Does anyone know how much a DWA license is in Surrey?


----------



## Spuddy (Aug 24, 2009)

Have a look on your local councils website. I just had a look on Surrey Councils website for you but it doesnt give a price for the whole area. 

It should tell you on the website of your local council, if not just give them a ring.


----------



## deadsea60 (Apr 20, 2011)

Spuddy said:


> Have a look on your local councils website. I just had a look on Surrey Councils website for you but it doesnt give a price for the whole area.
> 
> It should tell you on the website of your local council, if not just give them a ring.


where on the website !!!


----------



## Spuddy (Aug 24, 2009)

I found it in less than 30 seconds, and Ive never been on their site before. 

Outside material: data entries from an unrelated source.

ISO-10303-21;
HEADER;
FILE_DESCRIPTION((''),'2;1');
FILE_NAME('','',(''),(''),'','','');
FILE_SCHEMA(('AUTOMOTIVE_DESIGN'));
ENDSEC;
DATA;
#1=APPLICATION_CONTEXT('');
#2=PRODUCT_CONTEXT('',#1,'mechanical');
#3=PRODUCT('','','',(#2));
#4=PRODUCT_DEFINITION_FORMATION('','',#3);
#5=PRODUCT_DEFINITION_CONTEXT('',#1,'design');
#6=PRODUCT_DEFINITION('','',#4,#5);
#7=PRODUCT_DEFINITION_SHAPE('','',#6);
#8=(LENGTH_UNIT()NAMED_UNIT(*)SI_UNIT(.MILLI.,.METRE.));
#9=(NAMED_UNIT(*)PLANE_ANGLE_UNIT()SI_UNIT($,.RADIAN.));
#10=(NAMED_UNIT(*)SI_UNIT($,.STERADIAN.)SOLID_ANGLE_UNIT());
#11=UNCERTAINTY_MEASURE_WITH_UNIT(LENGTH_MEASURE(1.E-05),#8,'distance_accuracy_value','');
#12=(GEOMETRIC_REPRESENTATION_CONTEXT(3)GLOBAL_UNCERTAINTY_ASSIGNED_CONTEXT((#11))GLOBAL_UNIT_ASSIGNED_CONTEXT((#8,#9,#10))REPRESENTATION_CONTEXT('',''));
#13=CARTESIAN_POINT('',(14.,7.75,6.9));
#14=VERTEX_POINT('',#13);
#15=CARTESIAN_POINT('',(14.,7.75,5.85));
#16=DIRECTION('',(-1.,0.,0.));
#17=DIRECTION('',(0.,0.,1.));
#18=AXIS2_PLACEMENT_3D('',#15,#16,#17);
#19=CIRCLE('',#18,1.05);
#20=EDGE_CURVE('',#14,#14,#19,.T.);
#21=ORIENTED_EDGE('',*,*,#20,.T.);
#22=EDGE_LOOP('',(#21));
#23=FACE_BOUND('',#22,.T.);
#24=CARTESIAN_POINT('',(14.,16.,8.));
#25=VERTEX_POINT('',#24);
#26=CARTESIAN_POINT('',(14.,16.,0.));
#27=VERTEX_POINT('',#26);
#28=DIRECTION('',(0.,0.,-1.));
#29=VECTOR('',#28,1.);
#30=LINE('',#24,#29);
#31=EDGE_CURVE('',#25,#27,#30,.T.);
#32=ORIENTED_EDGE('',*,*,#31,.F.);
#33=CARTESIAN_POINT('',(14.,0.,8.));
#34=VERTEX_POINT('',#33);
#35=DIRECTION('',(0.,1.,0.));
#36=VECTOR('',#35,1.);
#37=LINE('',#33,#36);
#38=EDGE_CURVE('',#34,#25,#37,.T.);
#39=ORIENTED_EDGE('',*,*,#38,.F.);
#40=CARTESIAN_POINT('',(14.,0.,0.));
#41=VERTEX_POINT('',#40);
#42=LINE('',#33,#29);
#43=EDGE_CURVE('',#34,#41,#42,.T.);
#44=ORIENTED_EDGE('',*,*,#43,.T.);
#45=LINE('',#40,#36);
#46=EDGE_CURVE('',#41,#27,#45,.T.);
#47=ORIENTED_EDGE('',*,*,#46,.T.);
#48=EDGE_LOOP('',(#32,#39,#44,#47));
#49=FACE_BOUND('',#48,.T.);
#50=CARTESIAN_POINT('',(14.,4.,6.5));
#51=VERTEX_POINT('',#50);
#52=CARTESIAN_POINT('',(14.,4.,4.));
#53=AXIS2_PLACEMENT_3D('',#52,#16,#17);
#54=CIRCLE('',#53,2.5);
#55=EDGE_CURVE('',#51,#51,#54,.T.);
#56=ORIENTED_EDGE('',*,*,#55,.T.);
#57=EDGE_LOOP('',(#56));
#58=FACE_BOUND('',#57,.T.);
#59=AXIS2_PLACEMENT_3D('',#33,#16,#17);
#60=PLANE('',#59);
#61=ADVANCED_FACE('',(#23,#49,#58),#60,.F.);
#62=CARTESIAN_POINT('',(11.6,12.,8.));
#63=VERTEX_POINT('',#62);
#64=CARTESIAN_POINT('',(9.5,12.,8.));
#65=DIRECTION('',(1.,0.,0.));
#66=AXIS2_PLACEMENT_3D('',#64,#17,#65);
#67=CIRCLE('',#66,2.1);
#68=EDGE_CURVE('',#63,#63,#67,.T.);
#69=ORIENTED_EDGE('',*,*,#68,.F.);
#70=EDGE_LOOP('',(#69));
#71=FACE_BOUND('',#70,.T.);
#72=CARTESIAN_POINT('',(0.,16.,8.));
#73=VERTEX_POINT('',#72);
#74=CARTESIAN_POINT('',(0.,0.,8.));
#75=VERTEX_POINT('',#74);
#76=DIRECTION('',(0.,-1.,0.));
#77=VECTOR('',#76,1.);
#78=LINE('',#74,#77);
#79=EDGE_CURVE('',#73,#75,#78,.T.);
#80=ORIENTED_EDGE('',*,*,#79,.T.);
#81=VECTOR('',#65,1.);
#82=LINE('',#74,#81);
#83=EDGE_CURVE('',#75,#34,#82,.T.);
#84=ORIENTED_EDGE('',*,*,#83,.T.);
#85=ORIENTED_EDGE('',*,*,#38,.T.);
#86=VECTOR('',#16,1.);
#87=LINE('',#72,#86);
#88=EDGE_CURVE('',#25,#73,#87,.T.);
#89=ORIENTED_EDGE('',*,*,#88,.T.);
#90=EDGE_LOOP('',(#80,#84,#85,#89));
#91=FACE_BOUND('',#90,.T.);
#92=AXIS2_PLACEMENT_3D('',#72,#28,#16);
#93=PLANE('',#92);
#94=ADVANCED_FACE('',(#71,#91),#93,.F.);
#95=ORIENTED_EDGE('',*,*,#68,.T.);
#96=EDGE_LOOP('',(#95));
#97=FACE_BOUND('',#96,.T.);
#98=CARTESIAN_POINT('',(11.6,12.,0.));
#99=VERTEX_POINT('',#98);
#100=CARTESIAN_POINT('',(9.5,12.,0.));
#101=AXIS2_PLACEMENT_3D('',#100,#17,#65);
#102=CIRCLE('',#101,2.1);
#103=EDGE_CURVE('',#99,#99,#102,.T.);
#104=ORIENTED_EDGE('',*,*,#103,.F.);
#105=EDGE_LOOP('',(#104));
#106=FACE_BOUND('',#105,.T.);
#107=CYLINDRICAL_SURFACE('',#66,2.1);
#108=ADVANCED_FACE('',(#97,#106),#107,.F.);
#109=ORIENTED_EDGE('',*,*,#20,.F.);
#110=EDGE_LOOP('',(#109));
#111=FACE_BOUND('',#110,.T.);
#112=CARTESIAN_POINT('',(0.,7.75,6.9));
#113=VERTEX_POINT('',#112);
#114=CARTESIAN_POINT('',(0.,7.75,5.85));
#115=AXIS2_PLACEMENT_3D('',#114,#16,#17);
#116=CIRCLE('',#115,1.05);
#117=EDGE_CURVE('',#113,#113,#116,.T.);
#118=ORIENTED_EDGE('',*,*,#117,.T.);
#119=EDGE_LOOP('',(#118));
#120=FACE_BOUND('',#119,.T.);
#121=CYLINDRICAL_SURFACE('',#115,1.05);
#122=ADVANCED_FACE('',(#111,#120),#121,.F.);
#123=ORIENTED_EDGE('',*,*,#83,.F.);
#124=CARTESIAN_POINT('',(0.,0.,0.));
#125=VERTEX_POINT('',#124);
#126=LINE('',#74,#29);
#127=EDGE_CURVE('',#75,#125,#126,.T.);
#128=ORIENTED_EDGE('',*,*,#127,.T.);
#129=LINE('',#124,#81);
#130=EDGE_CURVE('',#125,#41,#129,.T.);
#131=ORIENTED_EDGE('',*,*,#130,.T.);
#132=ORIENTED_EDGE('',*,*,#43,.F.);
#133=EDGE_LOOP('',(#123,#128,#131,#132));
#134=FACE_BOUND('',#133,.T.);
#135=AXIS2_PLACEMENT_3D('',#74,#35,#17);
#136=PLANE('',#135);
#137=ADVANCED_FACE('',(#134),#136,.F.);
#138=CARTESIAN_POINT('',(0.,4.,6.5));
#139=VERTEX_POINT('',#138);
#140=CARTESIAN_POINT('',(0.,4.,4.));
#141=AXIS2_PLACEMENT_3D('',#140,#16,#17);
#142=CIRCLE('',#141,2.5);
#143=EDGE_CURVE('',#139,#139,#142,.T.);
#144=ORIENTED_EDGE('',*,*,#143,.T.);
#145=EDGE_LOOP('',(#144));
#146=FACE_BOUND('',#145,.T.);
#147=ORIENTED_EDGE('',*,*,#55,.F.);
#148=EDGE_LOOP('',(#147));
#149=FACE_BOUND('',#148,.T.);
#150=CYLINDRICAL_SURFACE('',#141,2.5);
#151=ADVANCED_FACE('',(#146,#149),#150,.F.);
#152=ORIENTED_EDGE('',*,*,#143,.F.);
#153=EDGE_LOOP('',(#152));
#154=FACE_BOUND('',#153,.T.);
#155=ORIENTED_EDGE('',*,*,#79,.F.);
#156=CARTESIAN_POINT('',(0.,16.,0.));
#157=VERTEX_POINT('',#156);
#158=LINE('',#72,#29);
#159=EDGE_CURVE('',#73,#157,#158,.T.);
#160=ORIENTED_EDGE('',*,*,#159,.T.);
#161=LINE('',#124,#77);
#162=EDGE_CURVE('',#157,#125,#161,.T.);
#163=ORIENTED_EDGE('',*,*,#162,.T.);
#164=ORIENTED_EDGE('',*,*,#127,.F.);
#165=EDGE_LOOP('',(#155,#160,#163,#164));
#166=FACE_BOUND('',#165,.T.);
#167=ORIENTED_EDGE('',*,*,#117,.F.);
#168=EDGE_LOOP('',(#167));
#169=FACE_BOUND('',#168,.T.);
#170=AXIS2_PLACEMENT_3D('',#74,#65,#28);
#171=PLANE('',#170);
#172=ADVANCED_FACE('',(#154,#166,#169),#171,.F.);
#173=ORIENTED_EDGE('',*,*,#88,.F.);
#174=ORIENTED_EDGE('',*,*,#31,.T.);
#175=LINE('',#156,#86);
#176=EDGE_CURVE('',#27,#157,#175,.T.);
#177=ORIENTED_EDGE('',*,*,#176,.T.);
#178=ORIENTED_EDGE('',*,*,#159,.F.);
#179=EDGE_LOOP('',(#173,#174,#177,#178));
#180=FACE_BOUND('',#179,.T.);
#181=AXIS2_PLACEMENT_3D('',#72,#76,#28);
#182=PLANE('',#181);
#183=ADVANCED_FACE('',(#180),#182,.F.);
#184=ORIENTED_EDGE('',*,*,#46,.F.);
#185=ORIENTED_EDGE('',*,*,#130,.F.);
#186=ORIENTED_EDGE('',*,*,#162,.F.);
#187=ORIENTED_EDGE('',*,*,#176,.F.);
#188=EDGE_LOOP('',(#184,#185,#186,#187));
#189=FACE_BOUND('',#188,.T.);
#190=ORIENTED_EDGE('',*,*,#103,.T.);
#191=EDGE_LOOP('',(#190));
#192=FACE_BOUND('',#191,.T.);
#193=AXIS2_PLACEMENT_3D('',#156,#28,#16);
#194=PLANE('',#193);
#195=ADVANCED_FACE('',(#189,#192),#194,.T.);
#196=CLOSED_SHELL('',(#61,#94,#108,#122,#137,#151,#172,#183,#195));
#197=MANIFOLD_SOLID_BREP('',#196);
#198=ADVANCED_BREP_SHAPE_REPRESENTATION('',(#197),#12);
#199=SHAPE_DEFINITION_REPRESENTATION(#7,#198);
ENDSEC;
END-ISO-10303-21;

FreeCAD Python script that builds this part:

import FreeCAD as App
import Part
import Sketcher
Q = App.Units.Quantity


def add_polygon(sketch, points):
    """Adds a closed chain of lines whose ends are joined by coincident constraints."""
    first, n = sketch.GeometryCount, len(points)
    for a, b in zip(points, points[1:] + points[:1]):
        sketch.addGeometry(Part.LineSegment(App.Vector(*a, 0), App.Vector(*b, 0)), False)
    for i in range(n):
        sketch.addConstraint(Sketcher.Constraint("Coincident", first + i, 2, first + (i + 1) % n, 1))

doc = App.newDocument("Part")
body = doc.addObject("PartDesign::Body", "Body")

# Sketch on XY plane
sketch1 = doc.addObject("Sketcher::SketchObject", "Sketch")
body.addObject(sketch1)
sketch1.AttachmentSupport = (doc.XY_Plane, [""])
sketch1.MapMode = "FlatFace"
add_polygon(sketch1, [(0, 16), (0, 0), (14, 0), (14, 16)])  # lines 0-3
sketch1.addConstraint(Sketcher.Constraint("Vertical", 0))
sketch1.addConstraint(Sketcher.Constraint("Horizontal", 1))
sketch1.addConstraint(Sketcher.Constraint("Vertical", 2))
sketch1.addConstraint(Sketcher.Constraint("Horizontal", 3))
sketch1.addConstraint(Sketcher.Constraint("Coincident", 0, 2, -1, 1))
sketch1.addConstraint(Sketcher.Constraint("DistanceX", 1, 1, 1, 2, Q("14 mm")))
sketch1.addConstraint(Sketcher.Constraint("DistanceY", 0, 2, 0, 1, Q("16 mm")))
pad1 = doc.addObject("PartDesign::Pad", "Pad")
body.addObject(pad1)
pad1.Profile = sketch1
pad1.Length = 8

# Sketch on XY plane
sketch2 = doc.addObject("Sketcher::SketchObject", "Sketch001")
body.addObject(sketch2)
sketch2.AttachmentSupport = (doc.XY_Plane, [""])
sketch2.MapMode = "FlatFace"
sketch2.AttachmentOffset = App.Placement(App.Vector(0, 0, 8), App.Rotation())
sketch2.addGeometry(Part.Circle(App.Vector(9.5, 12, 0), App.Vector(0, 0, 1), 2.1), False)
sketch2.addConstraint(Sketcher.Constraint("Diameter", 0, Q("4.2 mm")))
sketch2.addConstraint(Sketcher.Constraint("DistanceY", -1, 1, 0, 3, Q("12 mm")))
sketch2.addConstraint(Sketcher.Constraint("DistanceX", -1, 1, 0, 3, Q("9.5 mm")))
doc.recompute()
hole = doc.addObject("PartDesign::Hole", "Hole")
body.addObject(hole)
hole.Profile = sketch2
hole.ThreadType = "None"
hole.Diameter = 4.2
hole.DepthType = "ThroughAll"

# Sketch on YZ plane
sketch3 = doc.addObject("Sketcher::SketchObject", "Sketch002")
body.addObject(sketch3)
sketch3.AttachmentSupport = (doc.YZ_Plane, [""])
sketch3.MapMode = "FlatFace"
sketch3.addGeometry(Part.Circle(App.Vector(4, 4, 0), App.Vector(0, 0, 1), 2.5), False)
sketch3.addConstraint(Sketcher.Constraint("Diameter", 0, Q("5 mm")))
sketch3.addConstraint(Sketcher.Constraint("DistanceX", -1, 1, 0, 3, Q("4 mm")))
sketch3.addConstraint(Sketcher.Constraint("DistanceY", -1, 1, 0, 3, Q("4 mm")))
doc.recompute()
hole2 = doc.addObject("PartDesign::Hole", "Hole001")
body.addObject(hole2)
hole2.Profile = sketch3
hole2.ThreadType = "None"
hole2.Diameter = 5
hole2.DepthType = "ThroughAll"
hole2.Reversed = True

# Sketch on YZ plane
sketch4 = doc.addObject("Sketcher::SketchObject", "Sketch003")
body.addObject(sketch4)
sketch4.AttachmentSupport = (doc.YZ_Plane, [""])
sketch4.MapMode = "FlatFace"
sketch4.addGeometry(Part.Circle(App.Vector(7.75, 5.85, 0), App.Vector(0, 0, 1), 1.05), False)
sketch4.addConstraint(Sketcher.Constraint("Diameter", 0, Q("2.1 mm")))
sketch4.addConstraint(Sketcher.Constraint("DistanceX", -1, 1, 0, 3, Q("7.75 mm")))
sketch4.addConstraint(Sketcher.Constraint("DistanceY", -1, 1, 0, 3, Q("5.85 mm")))
doc.recompute()
hole3 = doc.addObject("PartDesign::Hole", "Hole002")
body.addObject(hole3)
hole3.Profile = sketch4
hole3.ThreadType = "None"
hole3.Diameter = 2.1
hole3.DepthType = "ThroughAll"
hole3.Reversed = True

doc.recompute()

Surrey County Council Homepage >>>


On the left hand side it says "A-Z of Services", click "D". >>>


The second link down says "Dangerous Animals, Licenses for keeping animals" ..click that and wehey! .. You get linked here...

Licences for keeping animals



But like I said you need your specific local council, of whatever town or city you live in.




Also, manners cost nothing.


----------



## Shellsfeathers&fur (Jan 18, 2009)

Spuddy said:


> I found it in less than 30 seconds, and Ive never been on their site before.
> 
> Surrey County Council Homepage >>>
> 
> ...


Excellent help - yes, a please and a thank you would have been nice! :blush:

Surrey is a big area you need to be specific as to your own local authority/council.

To the OP as you are still at school according to your profile you would not be able to have a licence.


----------